March 26, 1992|LESLIE LAND

Listen up, all you cooks and eaters: March is National Nutrition Month, and it's almost over. So let's hope you've been good: No carping about the absurdity of having any such thing; no complaints about the waste of congressional time and federal money inherent in these official declarations. Ours has been but to eat more broccoli and less cake (at least during March).

Dietary guidelines come and go; things like oat bran enjoy their 15 minutes of fame, then more or less vanish from view. But the bottom line remains the same: Go heavy on the vegetables and grains, lighten up on sugar, meat and fat. It's been the same message for the last 30 years or so, and polls show that nutritional awareness has increased substantially.

Nutritional practice , on the other hand, still leaves a lot to be desired. Salad bars offer mayonnaise-heavy macaroni, fake bacon bits and limp, ancient pickles rather than freshly cooked beets and green beans. Fast-food joints cut the burger with seaweed, marginally lowering the fat content, but the bread in the buns is still fiberless, the lettuce and tomato are both without redeeming social value.

We've got candy bars "lightened" with ersatz fats, fat-free cakes so sugar-laden their empty-calorie quotient is unchanged (if not increased).
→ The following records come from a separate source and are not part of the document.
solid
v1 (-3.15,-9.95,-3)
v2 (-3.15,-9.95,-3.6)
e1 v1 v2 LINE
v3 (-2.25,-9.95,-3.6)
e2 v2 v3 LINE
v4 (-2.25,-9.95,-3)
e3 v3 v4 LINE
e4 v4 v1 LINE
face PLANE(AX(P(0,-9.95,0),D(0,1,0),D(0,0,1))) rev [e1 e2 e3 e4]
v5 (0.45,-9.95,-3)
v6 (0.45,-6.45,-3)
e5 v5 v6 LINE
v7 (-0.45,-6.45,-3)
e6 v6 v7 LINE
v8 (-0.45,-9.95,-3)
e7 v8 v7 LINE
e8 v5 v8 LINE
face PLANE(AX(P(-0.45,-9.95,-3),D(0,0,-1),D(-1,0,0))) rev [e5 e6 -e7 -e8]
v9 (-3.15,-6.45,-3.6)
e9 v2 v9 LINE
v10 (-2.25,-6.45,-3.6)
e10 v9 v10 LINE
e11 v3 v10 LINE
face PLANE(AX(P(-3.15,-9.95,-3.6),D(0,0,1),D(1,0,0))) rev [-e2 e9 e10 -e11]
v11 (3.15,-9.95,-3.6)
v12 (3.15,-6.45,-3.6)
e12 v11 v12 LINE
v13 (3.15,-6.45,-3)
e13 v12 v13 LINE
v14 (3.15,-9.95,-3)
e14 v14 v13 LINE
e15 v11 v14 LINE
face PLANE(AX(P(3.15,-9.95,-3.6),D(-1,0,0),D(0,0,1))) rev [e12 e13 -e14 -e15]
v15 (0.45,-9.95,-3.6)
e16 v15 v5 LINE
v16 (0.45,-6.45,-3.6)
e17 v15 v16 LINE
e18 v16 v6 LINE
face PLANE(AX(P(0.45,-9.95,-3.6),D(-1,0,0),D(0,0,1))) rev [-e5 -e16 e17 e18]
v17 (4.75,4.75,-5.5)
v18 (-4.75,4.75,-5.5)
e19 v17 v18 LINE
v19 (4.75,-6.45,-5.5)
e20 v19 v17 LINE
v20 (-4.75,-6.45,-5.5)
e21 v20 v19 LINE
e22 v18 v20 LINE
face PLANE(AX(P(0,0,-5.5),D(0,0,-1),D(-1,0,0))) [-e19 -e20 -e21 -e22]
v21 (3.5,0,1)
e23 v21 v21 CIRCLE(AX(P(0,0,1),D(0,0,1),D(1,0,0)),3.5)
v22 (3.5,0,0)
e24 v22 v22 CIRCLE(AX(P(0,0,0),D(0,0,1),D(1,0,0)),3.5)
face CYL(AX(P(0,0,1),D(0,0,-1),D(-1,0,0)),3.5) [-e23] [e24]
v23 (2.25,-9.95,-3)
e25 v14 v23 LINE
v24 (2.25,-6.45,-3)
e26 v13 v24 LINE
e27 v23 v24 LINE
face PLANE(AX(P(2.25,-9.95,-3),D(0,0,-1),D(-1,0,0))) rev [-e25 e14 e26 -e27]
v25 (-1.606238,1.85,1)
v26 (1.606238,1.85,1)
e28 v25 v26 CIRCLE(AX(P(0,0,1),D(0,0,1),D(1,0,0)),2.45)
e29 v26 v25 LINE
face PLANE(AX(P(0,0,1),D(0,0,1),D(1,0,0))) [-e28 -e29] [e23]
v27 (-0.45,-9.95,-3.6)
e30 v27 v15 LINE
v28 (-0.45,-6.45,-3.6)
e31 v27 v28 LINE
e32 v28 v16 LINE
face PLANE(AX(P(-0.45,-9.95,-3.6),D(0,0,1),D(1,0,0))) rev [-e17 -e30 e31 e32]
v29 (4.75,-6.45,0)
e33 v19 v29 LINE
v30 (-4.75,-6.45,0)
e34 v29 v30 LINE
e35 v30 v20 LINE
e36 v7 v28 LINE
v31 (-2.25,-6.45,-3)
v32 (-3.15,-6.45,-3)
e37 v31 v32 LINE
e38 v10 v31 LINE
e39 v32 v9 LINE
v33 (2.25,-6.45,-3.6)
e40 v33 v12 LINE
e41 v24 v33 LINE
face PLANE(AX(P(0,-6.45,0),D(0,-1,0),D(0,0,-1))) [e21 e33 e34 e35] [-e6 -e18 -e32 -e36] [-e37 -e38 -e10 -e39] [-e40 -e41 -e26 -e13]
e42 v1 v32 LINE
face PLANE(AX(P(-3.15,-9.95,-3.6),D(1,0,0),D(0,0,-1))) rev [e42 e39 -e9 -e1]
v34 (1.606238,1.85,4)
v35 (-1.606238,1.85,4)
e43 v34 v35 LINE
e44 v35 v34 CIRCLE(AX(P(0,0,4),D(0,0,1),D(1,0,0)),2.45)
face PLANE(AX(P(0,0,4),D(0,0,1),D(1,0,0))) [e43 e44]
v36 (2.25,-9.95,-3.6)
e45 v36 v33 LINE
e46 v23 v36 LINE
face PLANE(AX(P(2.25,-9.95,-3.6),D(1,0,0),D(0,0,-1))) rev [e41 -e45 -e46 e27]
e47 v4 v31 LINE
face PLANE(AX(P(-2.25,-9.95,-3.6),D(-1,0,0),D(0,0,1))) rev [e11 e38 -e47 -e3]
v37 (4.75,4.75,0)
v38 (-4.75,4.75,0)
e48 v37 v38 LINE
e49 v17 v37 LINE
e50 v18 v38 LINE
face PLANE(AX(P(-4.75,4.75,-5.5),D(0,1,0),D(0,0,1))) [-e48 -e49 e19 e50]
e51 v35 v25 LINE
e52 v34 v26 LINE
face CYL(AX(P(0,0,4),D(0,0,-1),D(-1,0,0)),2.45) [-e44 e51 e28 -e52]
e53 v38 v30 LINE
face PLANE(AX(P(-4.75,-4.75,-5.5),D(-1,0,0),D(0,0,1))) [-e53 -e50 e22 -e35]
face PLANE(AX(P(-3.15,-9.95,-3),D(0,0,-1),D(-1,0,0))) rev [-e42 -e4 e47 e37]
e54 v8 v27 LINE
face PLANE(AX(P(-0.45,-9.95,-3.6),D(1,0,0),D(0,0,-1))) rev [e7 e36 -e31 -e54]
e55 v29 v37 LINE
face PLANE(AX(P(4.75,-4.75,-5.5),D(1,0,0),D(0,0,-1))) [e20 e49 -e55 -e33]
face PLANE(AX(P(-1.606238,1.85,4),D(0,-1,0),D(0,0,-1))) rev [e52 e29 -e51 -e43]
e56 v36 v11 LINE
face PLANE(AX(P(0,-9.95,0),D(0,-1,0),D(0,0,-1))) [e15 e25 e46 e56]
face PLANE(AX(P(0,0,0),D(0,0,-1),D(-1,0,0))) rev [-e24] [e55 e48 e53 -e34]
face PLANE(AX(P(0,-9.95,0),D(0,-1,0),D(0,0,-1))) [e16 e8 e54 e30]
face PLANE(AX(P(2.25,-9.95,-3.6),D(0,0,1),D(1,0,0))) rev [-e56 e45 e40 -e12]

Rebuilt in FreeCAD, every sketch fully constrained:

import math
import FreeCAD as App
import Part
import Sketcher

V = App.Vector
Q = App.Units.Quantity

doc = App.newDocument("Part")
body = doc.addObject("PartDesign::Body", "Body")

# Sketch on XY plane
sketch1 = body.newObject("Sketcher::SketchObject", "Sketch")
sketch1.AttachmentSupport = (doc.getObject("XY_Plane"), [""])
sketch1.MapMode = "FlatFace"
sketch1.addGeometry(Part.LineSegment(V(-5, 5, 0), V(-5, -5, 0)), False)
sketch1.addGeometry(Part.LineSegment(V(-5, -5, 0), V(5, -5, 0)), False)
sketch1.addGeometry(Part.LineSegment(V(5, -5, 0), V(5, 5, 0)), False)
sketch1.addGeometry(Part.LineSegment(V(5, 5, 0), V(-5, 5, 0)), False)
sketch1.addConstraint(Sketcher.Constraint("Coincident", 0, 2, 1, 1))
sketch1.addConstraint(Sketcher.Constraint("Coincident", 1, 2, 2, 1))
sketch1.addConstraint(Sketcher.Constraint("Coincident", 2, 2, 3, 1))
sketch1.addConstraint(Sketcher.Constraint("Coincident", 3, 2, 0, 1))
sketch1.addConstraint(Sketcher.Constraint("Vertical", 0))
sketch1.addConstraint(Sketcher.Constraint("Horizontal", 1))
sketch1.addConstraint(Sketcher.Constraint("Vertical", 2))
sketch1.addConstraint(Sketcher.Constraint("Horizontal", 3))
sketch1.addConstraint(Sketcher.Constraint("Symmetric", 0, 2, 2, 2, -1, 1))
sketch1.addConstraint(Sketcher.Constraint("Equal", 3, 0))
sketch1.addConstraint(Sketcher.Constraint("DistanceX", 1, 1, 1, 2, Q("9.5 mm")))
pad1 = body.newObject("PartDesign::Pad", "Pad")
pad1.Profile = sketch1
pad1.Length = 5.5
pad1.Reversed = True

# Sketch on XZ plane
sketch2 = body.newObject("Sketcher::SketchObject", "Sketch001")
sketch2.AttachmentSupport = (doc.getObject("XZ_Plane"), [""])
sketch2.MapMode = "FlatFace"
sketch2.AttachmentOffset = App.Placement(V(0, 0, 4.75), App.Rotation())
sketch2.addGeometry(Part.LineSegment(V(-5, 0, 0), V(-5, -6, 0)), False)
sketch2.addGeometry(Part.LineSegment(V(-5, -6, 0), V(5, -6, 0)), False)
sketch2.addGeometry(Part.LineSegment(V(5, -6, 0), V(5, 0, 0)), False)
sketch2.addGeometry(Part.LineSegment(V(5, 0, 0), V(-5, 0, 0)), False)
sketch2.addConstraint(Sketcher.Constraint("Coincident", 0, 2, 1, 1))
sketch2.addConstraint(Sketcher.Constraint("Coincident", 1, 2, 2, 1))
sketch2.addConstraint(Sketcher.Constraint("Coincident", 2, 2, 3, 1))
sketch2.addConstraint(Sketcher.Constraint("Coincident", 3, 2, 0, 1))
sketch2.addConstraint(Sketcher.Constraint("Vertical", 0))
sketch2.addConstraint(Sketcher.Constraint("Horizontal", 1))
sketch2.addConstraint(Sketcher.Constraint("Vertical", 2))
sketch2.addConstraint(Sketcher.Constraint("Horizontal", 3))
sketch2.addConstraint(Sketcher.Constraint("Symmetric", 2, 2, 3, 2, -1, 1))
sketch2.addConstraint(Sketcher.Constraint("DistanceX", 1, 1, 1, 2, Q("9.5 mm")))
sketch2.addConstraint(Sketcher.Constraint("DistanceY", 0, 2, 0, 1, Q("5.5 mm")))
pad2 = body.newObject("PartDesign::Pad", "Pad001")
pad2.Profile = sketch2
pad2.Length = 1.7

# Sketch on XY plane
sketch3 = body.newObject("Sketcher::SketchObject", "Sketch002")
sketch3.AttachmentSupport = (doc.getObject("XY_Plane"), [""])
sketch3.MapMode = "FlatFace"
sketch3.addGeometry(Part.Circle(V(0, 0, 0), V(0, 0, 1), 3.5), False)
sketch3.addConstraint(Sketcher.Constraint("Coincident", 0, 3, -1, 1))
sketch3.addConstraint(Sketcher.Constraint("Diameter", 0, Q("7 mm")))
pad3 = body.newObject("PartDesign::Pad", "Pad002")
pad3.Profile = sketch3
pad3.Length = 1

# Sketch on XY plane
sketch4 = body.newObject("Sketcher::SketchObject", "Sketch003")
sketch4.AttachmentSupport = (doc.getObject("XY_Plane"), [""])
sketch4.MapMode = "FlatFace"
sketch4.AttachmentOffset = App.Placement(V(0, 0, 1), App.Rotation())
sketch4.addGeometry(Part.LineSegment(V(1.6, 1.9, 0), V(-1.6, 1.9, 0)), False)
sketch4.addGeometry(Part.ArcOfCircle(Part.Circle(V(0, 0, 0), V(0, 0, 1), 2.5), math.radians(131), math.radians(409)), False)
sketch4.addConstraint(Sketcher.Constraint("Coincident", 0, 1, 1, 2))
sketch4.addConstraint(Sketcher.Constraint("Coincident", 1, 1, 0, 2))
sketch4.addConstraint(Sketcher.Constraint("Horizontal", 0))
sketch4.addConstraint(Sketcher.Constraint("Coincident", 1, 3, -1, 1))
sketch4.addConstraint(Sketcher.Constraint("Radius", 1, Q("2.45 mm")))
sketch4.addConstraint(Sketcher.Constraint("DistanceY", -1, 1, 0, 1, Q("1.85 mm")))
pad4 = body.newObject("PartDesign::Pad", "Pad003")
pad4.Profile = sketch4
pad4.Length = 3

# Sketch on XZ plane
sketch5 = body.newObject("Sketcher::SketchObject", "Sketch004")
sketch5.AttachmentSupport = (doc.getObject("XZ_Plane"), [""])
sketch5.MapMode = "FlatFace"
sketch5.AttachmentOffset = App.Placement(V(0, 0, 6.45), App.Rotation())
sketch5.addGeometry(Part.LineSegment(V(-3.1, -3, 0), V(-3.1, -3.6, 0)), False)
sketch5.addGeometry(Part.LineSegment(V(-3.1, -3.6, 0), V(-2.2, -3.6, 0)), False)
sketch5.addGeometry(Part.LineSegment(V(-2.2, -3.6, 0), V(-2.2, -3, 0)), False)
sketch5.addGeometry(Part.LineSegment(V(-2.2, -3, 0), V(-3.1, -3, 0)), False)
sketch5.addGeometry(Part.LineSegment(V(-0.5, -3, 0), V(-0.5, -3.6, 0)), False)
sketch5.addGeometry(Part.LineSegment(V(-0.5, -3.6, 0), V(0.5, -3.6, 0)), False)
sketch5.addGeometry(Part.LineSegment(V(0.5, -3.6, 0), V(0.5, -3, 0)), False)
sketch5.addGeometry(Part.LineSegment(V(0.5, -3, 0), V(-0.5, -3, 0)), False)
sketch5.addGeometry(Part.LineSegment(V(2.2, -3, 0), V(2.2, -3.6, 0)), False)
sketch5.addGeometry(Part.LineSegment(V(2.2, -3.6, 0), V(3.1, -3.6, 0)), False)
sketch5.addGeometry(Part.LineSegment(V(3.1, -3.6, 0), V(3.1, -3, 0)), False)
sketch5.addGeometry(Part.LineSegment(V(3.1, -3, 0), V(2.2, -3, 0)), False)
sketch5.addConstraint(Sketcher.Constraint("Coincident", 0, 2, 1, 1))
sketch5.addConstraint(Sketcher.Constraint("Coincident", 1, 2, 2, 1))
sketch5.addConstraint(Sketcher.Constraint("Coincident", 2, 2, 3, 1))
sketch5.addConstraint(Sketcher.Constraint("Coincident", 3, 2, 0, 1))
sketch5.addConstraint(Sketcher.Constraint("Coincident", 4, 2, 5, 1))
sketch5.addConstraint(Sketcher.Constraint("Coincident", 5, 2, 6, 1))
sketch5.addConstraint(Sketcher.Constraint("Coincident", 6, 2, 7, 1))
sketch5.addConstraint(Sketcher.Constraint("Coincident", 7, 2, 4, 1))
sketch5.addConstraint(Sketcher.Constraint("Coincident", 8, 2, 9, 1))
sketch5.addConstraint(Sketcher.Constraint("Coincident", 9, 2, 10, 1))
sketch5.addConstraint(Sketcher.Constraint("Coincident", 10, 2, 11, 1))
sketch5.addConstraint(Sketcher.Constraint("Coincident", 11, 2, 8, 1))
sketch5.addConstraint(Sketcher.Constraint("Vertical", 0))
sketch5.addConstraint(Sketcher.Constraint("Horizontal", 1))
sketch5.addConstraint(Sketcher.Constraint("Vertical", 2))
sketch5.addConstraint(Sketcher.Constraint("Horizontal", 3))
sketch5.addConstraint(Sketcher.Constraint("Vertical", 4))
sketch5.addConstraint(Sketcher.Constraint("Horizontal", 5))
sketch5.addConstraint(Sketcher.Constraint("Vertical", 6))
sketch5.addConstraint(Sketcher.Constraint("Horizontal", 7))
sketch5.addConstraint(Sketcher.Constraint("Vertical", 8))
sketch5.addConstraint(Sketcher.Constraint("Horizontal", 9))
sketch5.addConstraint(Sketcher.Constraint("Vertical", 10))
sketch5.addConstraint(Sketcher.Constraint("Horizontal", 11))
sketch5.addConstraint(Sketcher.Constraint("Symmetric", 1, 2, 8, 2, -2))
sketch5.addConstraint(Sketcher.Constraint("Symmetric", 3, 2, 10, 2, -2))
sketch5.addConstraint(Sketcher.Constraint("Horizontal", 1, 2, 4, 2))
sketch5.addConstraint(Sketcher.Constraint("Horizontal", 3, 2, 6, 2))
sketch5.addConstraint(Sketcher.Constraint("Equal", 3, 5))
sketch5.addConstraint(Sketcher.Constraint("DistanceX", 1, 1, 1, 2, Q("0.9 mm")))
sketch5.addConstraint(Sketcher.Constraint("DistanceY", 0, 2, 0, 1, Q("0.6 mm")))
sketch5.addConstraint(Sketcher.Constraint("DistanceY", 2, 2, -1, 1, Q("3 mm")))
sketch5.addConstraint(Sketcher.Constraint("DistanceX", 1, 2, 4, 2, Q("1.8 mm")))
sketch5.addConstraint(Sketcher.Constraint("DistanceX", 5, 2, 8, 2, Q("1.8 mm")))
pad5 = body.newObject("PartDesign::Pad", "Pad004")
pad5.Profile = sketch5
pad5.Length = 3.5

doc.recompute()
What's missing? Vegetables.

Pressured schedules keep us looking for commercially prepared food, but pickings are mighty slim in that department. Frozen entrees still focus on meat. Frozen vegetables fail to thrill, and fresh takeout vegetable dishes made from first-class raw materials are practically nonexistent.

Enter home cooking, where those same pressured schedules have made ease and speed essential. As legions have learned, it takes more time to wash a bunch of kale than to throw a chicken breast under the broiler, more time to follow a new recipe for cabbage than to put a frozen pizza in the oven. The world's cuisines are full of wonderful ways with vegetables, and more and more fine vegetable cookbooks are available. But no honest cookbook promises instant results.

It's mouth-watering to read recipes for lemony Greek stews, Oriental stir-fries aromatic with garlic and ginger, Indian curries, spicy Thai "table salads." The problem is finding the time to follow those recipes.

The solution? Don't try, at least not on a regular basis. Instead, read a tempting recipe several times, then improvise. Apply unusual techniques and seasonings to familiar vegetables. Dare to measure casually. Tablespoons and measuring cups really slow things down, and they usually aren't necessary.

For example, consider the carrot recipes below. Though both call for specific measurements, neither is dependent on them. Feel free to mess around. The important thing, after all, is to enjoy those carrots, one of the easiest of healthful vegetables to prepare.

In winter, carrots from California usually taste better. If buying carrots with tops, look for healthy greenery and remove as soon as possible, since greens draw energy from the root. Root stubs of packaged carrots should look firm, not wrinkled, and should show no signs of yellowed foliage or regrowth.

Like a good salsa, this piquant relish lightens and brightens a wide array of foods, everything from roast pork to fried chicken to baked sweet potatoes. It's good as the crunchy element in sandwiches too, a nice break from the usual lettuce or sprouts. At its best when freshly made, it will keep for a few days in the refrigerator.

CARROT RELISH

1/4 pound horseradish root

1 pound carrots

1 large tart apple, such as Granny Smith

1 teaspoon salt

Peel horseradish root, carrots and apple. Coarsely shred enough horseradish to equal 1 heaping tablespoon. (Try not to inhale pungent fumes.) Mix horseradish with salt in non-reactive bowl. Cover and set aside about 20 minutes. Reserve remaining horseradish.

Coarsely shred carrots and apple, then combine with horseradish. If more horseradish is desired, keep shredding in small amounts, tasting as you go. Relish should be peppery. Makes about 2 cups.

Like all stir-fries, this is very quickly cooked. Make sure all the elements are assembled before you start. To vary the flavor, add a bit of fresh coriander and/or minced hot pepper.

PEAS AND CARROTS REVISITED

1 tablespoon plus 1 teaspoon corn oil

1 pound carrots, peeled and sliced on diagonal into 1/4-inch-thick oval slices

1 small onion, cut in 6 wedges, wedges separated to make leaves

1/3 pound Chinese pea pods, tipped and tailed, strings removed

1 tablespoon grated ginger root

1 large clove garlic, finely minced

1 teaspoon butter

2 teaspoons tamari (aged soy sauce)

Heat empty wok or large skillet over medium heat. Add oil. As soon as oil starts to smoke, add carrots and saute 1 minute.

Throw about 1/4 cup water into pan and cook, stirring constantly, until water has cooked away and carrots have started to brown around edges.

Reduce heat to medium and add onion, pea pods, ginger and garlic. Cook, stirring, just until peas turn bright green. Add butter and season to taste with tamari. Adjust seasonings to taste. Makes 4 servings.

Variation:

SLIGHTLY GREEK CARROTS AND GREEN BEANS

Follow instructions above, but use olive oil instead of corn oil, slivered green beans instead of Chinese peas. Double amount of garlic, omit ginger and soy sauce. Season with plenty of lemon juice, small amount of dried oregano and salt to taste.